Из всего, что было сказано о третьей задаче интерпретации — установить символическое значение в наш конкретный исторический момент — видно, как расплывается сама концепция смысла. Эрот для лондонских гуляк — одно, для комиссии по увековечению — совсем другое. Шарада с зарытой стрелой так хорошо вписывается в обстоятельства, что допустимо отстаивать ее неслучайность. А что? Острый ум в том и состоит, чтобы исследовать подобные совпадения и находить смысл, которого никто не вкладывал.

Но так ли это важно? Разве иконолога заботит в первую очередь намерение творца? Стало почти модным это отрицать, особенно с открытием бессознательного и его роли в искусстве, когда прямолинейное понимание намерения, казалось бы, утратило былую значимость. Однако я сказал бы, что ни уголовный суд, ни суд критики не может существовать дальше, если мы совсем отбросим это понятие.

К счастью, вопрос этот дотошно рассмотрен в книге о литературной критике, «Надежность интерпретации» Д. Э. Хирша.[13] Главная цель этого сухого исследования — именно восстановить в правах добрый старый взгляд: книга значит то, что хотел сказать автор, и цель интерпретатора — это его намерение выяснить. Чтобы компенсировать такое сужение понятия «смысл», Хирш предлагает ввести два термина, которыми интерпретатор сможет оперировать в определенном контексте — значимость и подтекст. Мы видели, например, что значимость гилбертовского Эрота со времени его создания изменилась до неузнаваемости. Именно из-за таких случаев Хирш отвергает простой взгляд, будто произведение значит то, что оно значит для нас. Смысл статуи — это то, что намеренно в нее вкладывали: символически изобразить человеколюбие лорда Шефтсбери. Разумеется, вполне может быть, что в выборе фигуры Эрота был подтекст, определивший и смысл, и последующую смену значимости. Однако, если толкование смысла можно вместить в простое высказывание, например, в заявление комиссии, то вопрос о подтексте всегда открыт. Мы знаем, что Гилберт противостоял «брючно-сюртучной» школе и хотел привнести толику заграничной веселости в чопорную атмосферу викторианской Англии. Чтобы раскрыть такое намерение, нам пришлось бы написать книгу, и все равно, мы затронули бы лишь поверхность, идет ли речь о наследии пуританства или о концепции «заграничной игривости», преобладавшей в девяностых годах девятнадцатого столетия. Но эта нескончаемость в интерпретации смысла никоим образом не относится лишь к произведениям изобразительного искусства. Вспомним, что Гладстон в надписи на памятнике назвал Шефтсбери «примером своему ордену». Не всякий современный читатель сходу вникнет в смысл этих слов, поскольку мы уже не думаем о пэрах как о членах одного ордена. Однако всем ясно, что мы доискиваемся того самого смысла, который Гладстон намеревался вложить в надпись. Он хотел превознести лорда Шефтсбери как человека, которому его собратья-пэры могут и должны подражать.

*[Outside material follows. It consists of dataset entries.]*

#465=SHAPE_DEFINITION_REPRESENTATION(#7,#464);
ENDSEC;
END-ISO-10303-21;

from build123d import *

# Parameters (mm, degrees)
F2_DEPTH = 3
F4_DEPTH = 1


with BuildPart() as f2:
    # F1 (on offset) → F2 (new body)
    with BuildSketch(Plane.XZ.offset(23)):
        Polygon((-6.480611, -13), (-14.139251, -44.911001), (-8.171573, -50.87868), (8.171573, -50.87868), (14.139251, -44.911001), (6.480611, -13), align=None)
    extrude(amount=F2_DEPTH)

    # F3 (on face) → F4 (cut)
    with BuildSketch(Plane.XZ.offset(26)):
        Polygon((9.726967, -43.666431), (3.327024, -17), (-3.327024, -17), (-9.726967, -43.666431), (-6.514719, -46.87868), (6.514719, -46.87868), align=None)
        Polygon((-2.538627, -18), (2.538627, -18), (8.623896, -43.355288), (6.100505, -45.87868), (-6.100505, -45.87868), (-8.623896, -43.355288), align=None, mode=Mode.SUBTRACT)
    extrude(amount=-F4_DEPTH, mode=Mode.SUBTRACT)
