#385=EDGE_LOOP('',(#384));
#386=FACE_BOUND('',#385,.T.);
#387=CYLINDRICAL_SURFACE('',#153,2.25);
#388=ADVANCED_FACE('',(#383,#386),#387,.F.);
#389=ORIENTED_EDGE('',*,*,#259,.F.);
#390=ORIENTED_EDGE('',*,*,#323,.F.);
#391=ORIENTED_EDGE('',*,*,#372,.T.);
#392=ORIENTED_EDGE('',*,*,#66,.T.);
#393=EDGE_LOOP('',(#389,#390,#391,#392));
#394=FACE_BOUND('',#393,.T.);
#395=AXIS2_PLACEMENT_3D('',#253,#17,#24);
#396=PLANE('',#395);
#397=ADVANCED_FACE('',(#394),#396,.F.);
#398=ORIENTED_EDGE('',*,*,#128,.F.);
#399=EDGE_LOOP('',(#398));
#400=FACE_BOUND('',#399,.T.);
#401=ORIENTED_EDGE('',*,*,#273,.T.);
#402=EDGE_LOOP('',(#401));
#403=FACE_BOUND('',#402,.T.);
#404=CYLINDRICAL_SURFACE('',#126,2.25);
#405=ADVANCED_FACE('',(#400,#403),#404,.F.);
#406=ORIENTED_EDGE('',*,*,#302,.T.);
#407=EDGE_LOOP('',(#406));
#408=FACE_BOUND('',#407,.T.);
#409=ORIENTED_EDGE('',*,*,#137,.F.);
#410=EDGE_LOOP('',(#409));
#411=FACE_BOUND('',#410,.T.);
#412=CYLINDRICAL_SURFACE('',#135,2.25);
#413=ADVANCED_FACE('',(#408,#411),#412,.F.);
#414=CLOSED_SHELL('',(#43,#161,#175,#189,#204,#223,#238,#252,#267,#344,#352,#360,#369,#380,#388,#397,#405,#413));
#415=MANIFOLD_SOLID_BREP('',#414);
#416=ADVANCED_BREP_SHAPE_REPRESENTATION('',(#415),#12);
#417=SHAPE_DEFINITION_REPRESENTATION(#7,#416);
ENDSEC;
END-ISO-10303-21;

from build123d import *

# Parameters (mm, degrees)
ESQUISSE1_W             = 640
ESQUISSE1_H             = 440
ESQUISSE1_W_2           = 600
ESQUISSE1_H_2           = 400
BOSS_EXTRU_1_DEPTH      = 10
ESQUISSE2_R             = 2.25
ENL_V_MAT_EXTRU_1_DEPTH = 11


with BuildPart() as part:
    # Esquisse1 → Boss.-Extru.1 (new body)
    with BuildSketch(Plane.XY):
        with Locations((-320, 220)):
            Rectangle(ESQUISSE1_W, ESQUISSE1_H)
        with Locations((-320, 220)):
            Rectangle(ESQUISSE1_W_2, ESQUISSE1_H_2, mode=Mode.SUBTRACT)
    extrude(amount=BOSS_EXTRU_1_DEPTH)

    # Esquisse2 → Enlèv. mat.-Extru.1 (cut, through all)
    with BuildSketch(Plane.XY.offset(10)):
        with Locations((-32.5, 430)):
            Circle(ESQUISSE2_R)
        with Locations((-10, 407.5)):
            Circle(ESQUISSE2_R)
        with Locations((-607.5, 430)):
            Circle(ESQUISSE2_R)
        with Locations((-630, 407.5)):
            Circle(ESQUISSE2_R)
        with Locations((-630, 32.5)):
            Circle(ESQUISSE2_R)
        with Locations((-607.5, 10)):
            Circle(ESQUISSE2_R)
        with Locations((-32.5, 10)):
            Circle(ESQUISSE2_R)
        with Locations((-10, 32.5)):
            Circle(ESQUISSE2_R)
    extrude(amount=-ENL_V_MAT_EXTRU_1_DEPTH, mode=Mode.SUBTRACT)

С другой стороны, подтекст надписи оставляет простор для спекуляций. Нет ли здесь отзвука политической полемики? Не намекает ли Гладстон, что другие пэры слишком мало думают о социальном законодательстве? Поиски скрытого смысла вновь увлекут нас в густые дебри.

Без сомнения, мы попутно узнали бы массу захватывающих подробностей из жизни Гладстона и английского государства, но далеко вышли бы за рамки поставленной задачи: выяснить, что именно он хотел сказать. Хирш, занимавшийся литературой, а не изобразительным искусством, пришел к выводу, что желаемый смысл произведения можно установить, лишь решив, в каком жанре или категории литератор намеревался писать. Если мы не постараемся первым делом выяснить, писалось данное сочинение как трагедия или как пародия, то с большой долей вероятности попадем впросак. Может показаться удивительным, зачем столько твердить о важности этого первого шага, но Хирш убедительно показывает, как трудно интерпретатору, раз ошибившись, вернуться и начать с начала. Известны случаи, когда люди смеялись над трагедией, приняв ее за пародию[14].